Мистер Пикквик с благодарностью принял манускрипт и дружески расстался с благожелательным пастором.
Гораздо труднее было расстаться с радушными и гостеприимными жителями Менор-Фарма. Мистер Пикквик поцеловал молодых девушек — мы хотели сказать: с отеческой нежностью, как будто они были его родные дочери; но это выражение по некоторым причинам оказывается неуместным, и потому надобно сказать просто: — Пикквик поцеловал молодых девушек, обнял старую леди с сыновней нежностью, потрепал, по патриархальному обычаю, розовые щеки смазливых горничных и вложил в их руки более субстанциальные доказательства своего отеческого одобрения. Размен прощальных церемоний с самим хозяином счастливой семьи был чрезвычайно трогателен и радушен; но всего трогательнее было видеть, как прощался поэт Снодграс со всеми членами семейства и особенно с мисс Эмилией Уардль, начинавшей уже вполне понимать поэтические свойства молодого гостя.

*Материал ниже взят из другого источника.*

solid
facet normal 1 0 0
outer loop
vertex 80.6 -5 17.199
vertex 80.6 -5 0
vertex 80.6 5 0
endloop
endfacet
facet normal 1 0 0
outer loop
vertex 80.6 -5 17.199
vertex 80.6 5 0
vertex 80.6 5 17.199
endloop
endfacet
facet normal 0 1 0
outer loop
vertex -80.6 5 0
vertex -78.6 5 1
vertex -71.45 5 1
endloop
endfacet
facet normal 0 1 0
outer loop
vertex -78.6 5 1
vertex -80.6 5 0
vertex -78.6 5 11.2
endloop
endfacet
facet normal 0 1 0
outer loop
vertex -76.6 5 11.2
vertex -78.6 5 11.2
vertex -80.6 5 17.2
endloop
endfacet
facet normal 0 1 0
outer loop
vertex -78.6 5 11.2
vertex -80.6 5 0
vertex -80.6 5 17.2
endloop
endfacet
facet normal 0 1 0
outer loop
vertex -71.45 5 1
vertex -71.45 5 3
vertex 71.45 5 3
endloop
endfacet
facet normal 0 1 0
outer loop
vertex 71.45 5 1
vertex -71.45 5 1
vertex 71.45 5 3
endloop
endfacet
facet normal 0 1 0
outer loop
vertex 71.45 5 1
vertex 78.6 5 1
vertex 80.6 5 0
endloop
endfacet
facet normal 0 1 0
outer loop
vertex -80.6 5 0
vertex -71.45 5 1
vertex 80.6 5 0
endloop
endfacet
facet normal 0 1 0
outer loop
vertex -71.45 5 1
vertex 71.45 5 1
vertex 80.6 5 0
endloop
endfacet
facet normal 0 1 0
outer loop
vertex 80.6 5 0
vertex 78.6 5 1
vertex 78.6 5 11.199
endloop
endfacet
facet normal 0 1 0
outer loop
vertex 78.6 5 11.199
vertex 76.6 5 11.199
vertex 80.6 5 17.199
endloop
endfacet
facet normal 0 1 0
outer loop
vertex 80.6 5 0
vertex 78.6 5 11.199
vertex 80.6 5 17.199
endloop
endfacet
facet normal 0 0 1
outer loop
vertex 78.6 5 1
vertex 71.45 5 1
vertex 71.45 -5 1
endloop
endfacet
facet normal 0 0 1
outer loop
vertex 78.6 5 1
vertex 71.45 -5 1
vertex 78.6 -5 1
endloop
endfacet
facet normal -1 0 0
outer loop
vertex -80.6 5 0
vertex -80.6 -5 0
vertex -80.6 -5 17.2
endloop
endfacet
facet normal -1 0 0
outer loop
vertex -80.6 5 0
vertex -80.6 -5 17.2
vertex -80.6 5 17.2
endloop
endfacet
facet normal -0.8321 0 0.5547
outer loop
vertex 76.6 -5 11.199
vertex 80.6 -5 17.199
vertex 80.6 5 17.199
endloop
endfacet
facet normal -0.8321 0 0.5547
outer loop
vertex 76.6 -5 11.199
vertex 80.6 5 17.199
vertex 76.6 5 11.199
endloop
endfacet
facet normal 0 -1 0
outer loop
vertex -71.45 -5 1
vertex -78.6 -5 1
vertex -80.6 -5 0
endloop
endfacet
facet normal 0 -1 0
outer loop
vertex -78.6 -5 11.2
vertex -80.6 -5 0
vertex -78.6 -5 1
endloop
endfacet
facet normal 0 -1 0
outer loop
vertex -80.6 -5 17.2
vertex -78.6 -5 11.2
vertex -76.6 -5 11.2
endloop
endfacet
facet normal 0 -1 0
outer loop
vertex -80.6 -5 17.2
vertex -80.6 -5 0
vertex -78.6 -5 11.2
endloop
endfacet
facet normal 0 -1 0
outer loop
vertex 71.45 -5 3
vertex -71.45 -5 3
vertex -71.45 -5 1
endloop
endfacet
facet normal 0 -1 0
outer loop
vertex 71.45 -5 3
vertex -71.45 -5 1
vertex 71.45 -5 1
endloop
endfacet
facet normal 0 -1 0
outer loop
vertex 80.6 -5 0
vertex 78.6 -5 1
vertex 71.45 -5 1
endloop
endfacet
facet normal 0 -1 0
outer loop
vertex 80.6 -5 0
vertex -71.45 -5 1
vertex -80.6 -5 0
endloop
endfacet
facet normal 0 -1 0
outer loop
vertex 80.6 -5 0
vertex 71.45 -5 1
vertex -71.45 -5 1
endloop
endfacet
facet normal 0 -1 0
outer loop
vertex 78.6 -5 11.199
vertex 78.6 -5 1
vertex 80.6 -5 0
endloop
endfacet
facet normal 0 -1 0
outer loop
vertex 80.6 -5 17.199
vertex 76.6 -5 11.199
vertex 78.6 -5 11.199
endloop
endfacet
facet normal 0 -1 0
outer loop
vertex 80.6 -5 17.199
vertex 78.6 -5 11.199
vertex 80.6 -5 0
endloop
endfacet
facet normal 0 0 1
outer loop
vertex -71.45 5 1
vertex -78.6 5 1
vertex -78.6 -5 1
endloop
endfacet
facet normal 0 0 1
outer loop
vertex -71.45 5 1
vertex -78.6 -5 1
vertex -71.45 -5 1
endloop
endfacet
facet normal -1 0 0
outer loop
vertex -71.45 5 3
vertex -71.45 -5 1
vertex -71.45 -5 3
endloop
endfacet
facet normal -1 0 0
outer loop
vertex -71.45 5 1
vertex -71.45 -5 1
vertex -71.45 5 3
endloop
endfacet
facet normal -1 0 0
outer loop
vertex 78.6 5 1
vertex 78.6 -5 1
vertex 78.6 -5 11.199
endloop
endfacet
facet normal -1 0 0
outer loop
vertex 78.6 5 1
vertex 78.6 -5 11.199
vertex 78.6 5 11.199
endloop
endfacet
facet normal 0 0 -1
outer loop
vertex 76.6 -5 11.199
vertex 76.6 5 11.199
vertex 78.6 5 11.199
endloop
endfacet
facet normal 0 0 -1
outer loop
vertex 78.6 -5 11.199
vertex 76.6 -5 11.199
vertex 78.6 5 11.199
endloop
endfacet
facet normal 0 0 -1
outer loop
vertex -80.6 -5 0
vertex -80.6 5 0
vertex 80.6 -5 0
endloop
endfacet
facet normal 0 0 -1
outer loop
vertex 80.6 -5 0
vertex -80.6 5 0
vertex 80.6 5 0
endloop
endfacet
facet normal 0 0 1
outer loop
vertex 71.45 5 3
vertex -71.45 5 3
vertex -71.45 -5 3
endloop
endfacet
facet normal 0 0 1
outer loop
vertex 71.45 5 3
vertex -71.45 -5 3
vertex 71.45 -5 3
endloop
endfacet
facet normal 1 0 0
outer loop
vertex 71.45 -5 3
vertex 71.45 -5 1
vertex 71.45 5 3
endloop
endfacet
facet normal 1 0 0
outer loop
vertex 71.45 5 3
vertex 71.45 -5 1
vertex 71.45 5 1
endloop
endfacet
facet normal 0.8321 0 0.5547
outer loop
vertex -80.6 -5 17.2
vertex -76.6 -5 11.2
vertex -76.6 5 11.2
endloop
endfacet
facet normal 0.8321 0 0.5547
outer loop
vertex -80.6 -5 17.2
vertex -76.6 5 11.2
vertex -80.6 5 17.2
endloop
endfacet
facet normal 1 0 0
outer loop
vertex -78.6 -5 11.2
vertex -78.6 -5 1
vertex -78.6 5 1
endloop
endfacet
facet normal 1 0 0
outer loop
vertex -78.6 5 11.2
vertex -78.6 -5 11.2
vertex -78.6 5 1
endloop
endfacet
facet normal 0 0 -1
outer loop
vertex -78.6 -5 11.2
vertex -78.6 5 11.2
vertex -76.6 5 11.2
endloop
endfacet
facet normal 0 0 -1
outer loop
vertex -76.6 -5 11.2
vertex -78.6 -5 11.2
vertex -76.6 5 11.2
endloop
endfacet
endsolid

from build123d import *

# Parameters (mm, degrees)
F0_W     = 161.2
F0_H     = 10
F1_DEPTH = 1
F2_W     = 2
F2_H     = 10
F3_DEPTH = 10.2
F2_W_2   = 142.9
F4_DEPTH = 2
F6_DEPTH = 10


with BuildPart() as f1:
    # F0 (on Top) → F1 (new body)
    with BuildSketch(Plane.XY):
        Rectangle(F0_W, F0_H)
    extrude(amount=F1_DEPTH)

    # F2 (on face) → F3 (join)
    with BuildSketch(Plane.XY.offset(1)):
        with Locations((-79.6, 0)):
            Rectangle(F2_W, F2_H)
        with Locations((79.6, 0)):
            Rectangle(F2_W, F2_H)
    extrude(amount=F3_DEPTH)

    # F2 (on face) → F4 (join)
    with BuildSketch(Plane.XY.offset(1)):
        Rectangle(F2_W_2, F2_H)
    extrude(amount=F4_DEPTH)

    # F5 (on face) → F6 (join)
    with BuildSketch(Plane.XZ.offset(5)):
        Polygon((78.6, 11.2), (80.6, 11.2), (80.6, 17.199105), (76.6, 11.199105), (78.6, 11.199105), align=None)
        Polygon((-76.6, 11.2), (-80.6, 17.2), (-80.6, 11.2), (-78.6, 11.2), align=None)
    extrude(amount=-F6_DEPTH)


solid = f1.part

Наконец, после многих возгласов, поцелуев, объятий, рукопожатий, друзья наши выбрались на открытый двор и медленными шагами выступили за ворота. Несколько раз оглядывались они на гостеприимный Менор-Фарм, и много воздушных поцелуев послал мистер Снодграс в ответ на взмах белого платочка, беспрестанно появлявшегося в одном из верхних окон.
В Моггльтоне путешественники добыли колесницу, доставившую их в Рочестер без дальнейших приключений. Дорогой общая печаль их несколько утратила свою сокрушительную силу, и они уже могли, по прибытии в гостиницу, воспользоваться превосходным обедом, изготовленным на кухне «Золотого быка». Собрав, наконец, необходимые справки относительно дальнейшей езды, друзья наши через несколько часов после обеда отправились в Кобгем.
То была превосходная прогулка, так как июньский день склонялся к вечеру и на безоблачном небе солнце продолжало еще сиять во всем своем блеске. Путь наших друзей лежал через густой и тенистый лес, прохлаждаемый слегка свежим ветерком, шелестевшим между листьями, и оживляемый разнообразным пением птиц, порхавших с кустика на кустик. Мох и плющ толстыми слоями обвивались вокруг старых деревьев, и зеленый дерн расстилался шелковым ковром по мягкой земле. Путешественники подъезжали к открытому парку с древним замком, обнаружившим перед их глазами затейливые выдумки живописной архитектуры времен королевы Елизаветы. Со всех сторон виднелись тут длинные ряды столетних дубов и вязов; обширные стада оленей весело щипали свежую траву, и временами испуганный заяц выбегал на долину с быстротой теней, бросаемых на землю облаками в солнечный ландшафт.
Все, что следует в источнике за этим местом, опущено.